My reasons for using whiteboards:
- provide a concrete venue to ground student discussion
- foster student dialog by providing venue, expectations,
opportunity as regular classroom practice
- foster alternative representations of problems
by providing opportunities for students to use sketches, graphs, system
maps, motion diagrams, pie charts, equations, free body diagrams, ray
diagrams etc.
- provide an opportunity for students to practice
solving standard (and unusual) problems via explicit instructor-provided
step-by-step problem solving strategies; to present, explore, critique
and check one another's work during this process
More reasons (RTOP) for using whiteboards:
- promote strongly coherent conceptual understanding
of the physics at the expense of traditional lecture activities such
as reading the text to students, deriving equations and performing (uninteractive)
demos
- greatly increase student dialog at the expense
of instructor lecture; use class time to discuss ideas rather than present
them and to think physics rather than watch it done
- engage students in a collaborative learning community
- exploit collaborative learning opportunities for
students to teach one another, practice using the language of the science
to one another, develop personal meaning of the physics
- recognize and elicit student prior knowledge and
preconceptions, having students articulate and then explicitly challenging
their existing conceptual knowledge structures (and fostering recognition
that these structures are being challenged)

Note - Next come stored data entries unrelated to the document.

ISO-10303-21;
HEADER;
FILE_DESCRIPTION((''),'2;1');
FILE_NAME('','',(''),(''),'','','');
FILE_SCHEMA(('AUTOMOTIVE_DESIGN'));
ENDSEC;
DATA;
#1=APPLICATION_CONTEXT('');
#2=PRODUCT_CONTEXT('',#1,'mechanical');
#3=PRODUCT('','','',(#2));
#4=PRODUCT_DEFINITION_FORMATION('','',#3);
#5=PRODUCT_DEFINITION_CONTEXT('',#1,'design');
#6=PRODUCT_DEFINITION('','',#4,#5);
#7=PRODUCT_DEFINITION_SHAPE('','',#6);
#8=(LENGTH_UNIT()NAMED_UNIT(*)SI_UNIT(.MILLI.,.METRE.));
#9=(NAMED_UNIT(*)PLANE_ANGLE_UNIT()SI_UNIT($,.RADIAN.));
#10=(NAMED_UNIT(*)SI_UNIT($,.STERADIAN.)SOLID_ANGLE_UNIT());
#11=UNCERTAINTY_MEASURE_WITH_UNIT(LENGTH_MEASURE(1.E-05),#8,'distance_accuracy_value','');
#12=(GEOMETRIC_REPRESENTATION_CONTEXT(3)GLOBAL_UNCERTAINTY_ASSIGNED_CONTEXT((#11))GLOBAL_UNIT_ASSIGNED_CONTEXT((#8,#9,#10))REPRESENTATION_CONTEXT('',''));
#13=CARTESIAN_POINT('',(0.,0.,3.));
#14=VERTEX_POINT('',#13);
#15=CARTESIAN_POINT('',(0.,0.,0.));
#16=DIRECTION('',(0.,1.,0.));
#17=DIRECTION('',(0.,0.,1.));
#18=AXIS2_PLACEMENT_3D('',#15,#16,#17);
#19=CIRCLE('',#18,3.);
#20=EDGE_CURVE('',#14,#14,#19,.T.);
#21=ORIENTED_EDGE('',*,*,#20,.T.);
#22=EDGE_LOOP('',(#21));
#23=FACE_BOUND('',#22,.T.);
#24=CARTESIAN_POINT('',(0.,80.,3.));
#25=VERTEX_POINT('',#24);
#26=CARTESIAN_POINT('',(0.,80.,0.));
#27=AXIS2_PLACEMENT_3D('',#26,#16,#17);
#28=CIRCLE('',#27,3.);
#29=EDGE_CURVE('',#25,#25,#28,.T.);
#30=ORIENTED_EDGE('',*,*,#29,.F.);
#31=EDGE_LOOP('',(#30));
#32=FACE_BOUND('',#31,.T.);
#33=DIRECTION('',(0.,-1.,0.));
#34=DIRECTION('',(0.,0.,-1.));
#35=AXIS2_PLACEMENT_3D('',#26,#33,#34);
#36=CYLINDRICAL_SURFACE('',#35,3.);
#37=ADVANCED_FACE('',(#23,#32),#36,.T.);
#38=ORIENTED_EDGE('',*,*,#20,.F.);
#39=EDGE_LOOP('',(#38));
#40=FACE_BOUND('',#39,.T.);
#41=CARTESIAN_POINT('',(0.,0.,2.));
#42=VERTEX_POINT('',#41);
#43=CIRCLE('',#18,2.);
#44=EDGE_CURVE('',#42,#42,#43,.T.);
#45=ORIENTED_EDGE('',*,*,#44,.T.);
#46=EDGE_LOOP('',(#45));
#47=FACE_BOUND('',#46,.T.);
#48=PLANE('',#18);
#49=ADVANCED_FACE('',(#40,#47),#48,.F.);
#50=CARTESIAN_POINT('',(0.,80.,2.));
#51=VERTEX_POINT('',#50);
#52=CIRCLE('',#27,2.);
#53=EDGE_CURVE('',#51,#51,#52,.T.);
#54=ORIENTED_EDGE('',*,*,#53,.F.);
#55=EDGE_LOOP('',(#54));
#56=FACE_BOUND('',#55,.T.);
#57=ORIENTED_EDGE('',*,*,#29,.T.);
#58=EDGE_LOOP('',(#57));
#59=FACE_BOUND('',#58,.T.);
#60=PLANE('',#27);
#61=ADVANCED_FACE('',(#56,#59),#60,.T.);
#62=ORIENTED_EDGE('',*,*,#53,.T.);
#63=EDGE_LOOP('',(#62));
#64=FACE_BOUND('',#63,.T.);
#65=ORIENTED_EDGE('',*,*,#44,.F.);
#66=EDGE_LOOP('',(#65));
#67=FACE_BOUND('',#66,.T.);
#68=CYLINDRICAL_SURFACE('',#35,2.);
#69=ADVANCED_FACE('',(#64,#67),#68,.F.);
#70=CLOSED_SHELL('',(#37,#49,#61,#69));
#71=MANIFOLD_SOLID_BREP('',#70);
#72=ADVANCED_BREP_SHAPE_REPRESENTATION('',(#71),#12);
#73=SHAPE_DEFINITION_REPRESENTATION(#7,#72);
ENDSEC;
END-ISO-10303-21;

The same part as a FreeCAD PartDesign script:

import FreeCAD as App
import Part
import Sketcher
Q = App.Units.Quantity

doc = App.newDocument("Part")
params = doc.addObject("Spreadsheet::Sheet", "Params")
for row, (alias, value) in enumerate([
    ("sketch1_diameter", "6 mm"),
    ("sketch1_diameter2", "4 mm"),
    ("pad1_length", "80 mm"),
], start=1):
    params.set(f"A{row}", alias)
    params.set(f"B{row}", "=" + value)
    params.setAlias(f"B{row}", alias)

body = doc.addObject("PartDesign::Body", "Body")

# Sketch on XZ plane
sketch1 = doc.addObject("Sketcher::SketchObject", "Sketch")
body.addObject(sketch1)
sketch1.AttachmentSupport = (doc.XZ_Plane, [""])
sketch1.MapMode = "FlatFace"
sketch1.addGeometry([
    Part.Circle(App.Vector(0, 0, 0), App.Vector(0, 0, 1), 3),
    Part.Circle(App.Vector(0, 0, 0), App.Vector(0, 0, 1), 2),
], False)
sketch1.addConstraint([
    Sketcher.Constraint("Coincident", 0, 3, -1, 1),
    Sketcher.Constraint("Coincident", 1, 3, -1, 1),
    Sketcher.Constraint("Diameter", 0, Q("6 mm")),
    Sketcher.Constraint("Diameter", 1, Q("4 mm")),
])
sketch1.setExpression("Constraints[2]", "Params.sketch1_diameter")
sketch1.setExpression("Constraints[3]", "Params.sketch1_diameter2")
pad1 = doc.addObject("PartDesign::Pad", "Pad")
body.addObject(pad1)
pad1.Profile = sketch1
pad1.setExpression("Length", "Params.pad1_length")
pad1.Reversed = True

doc.recompute()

- placing exploration before formal presentation
- engage students in divergent, student-directed
discourse with one another and with instructors
- encourage student conjecture, alternate solution
strategies and evidence interpretation
I give two kinds of whiteboard assignments:
- conceptual problems with limited numeric problem
solving such as Aron's Homework Problems, Arons (1997), Laws et al (1997),
Knight (1996)
- more traditional numeric problems I have chosen
as exemplars for modeling specific step-by-step problem-solving strategies
Whiteboard Grading:
- 10 pt coarse scale; same grade to all group members
present; 80% awarded for attempting and responding to all parts of an
active learning activity (ALAs: whiteboards and seat experiments)
- Strong grading to an exact key not
recommended (dialogue disintegrates)
- All ALAs collectively worth 5% of final grade;
about 1 / class. Attendance typically > 95%
- Test individual comprehension of ALAs via essay
questions on exams (strongly graded); 15% of final grade for these.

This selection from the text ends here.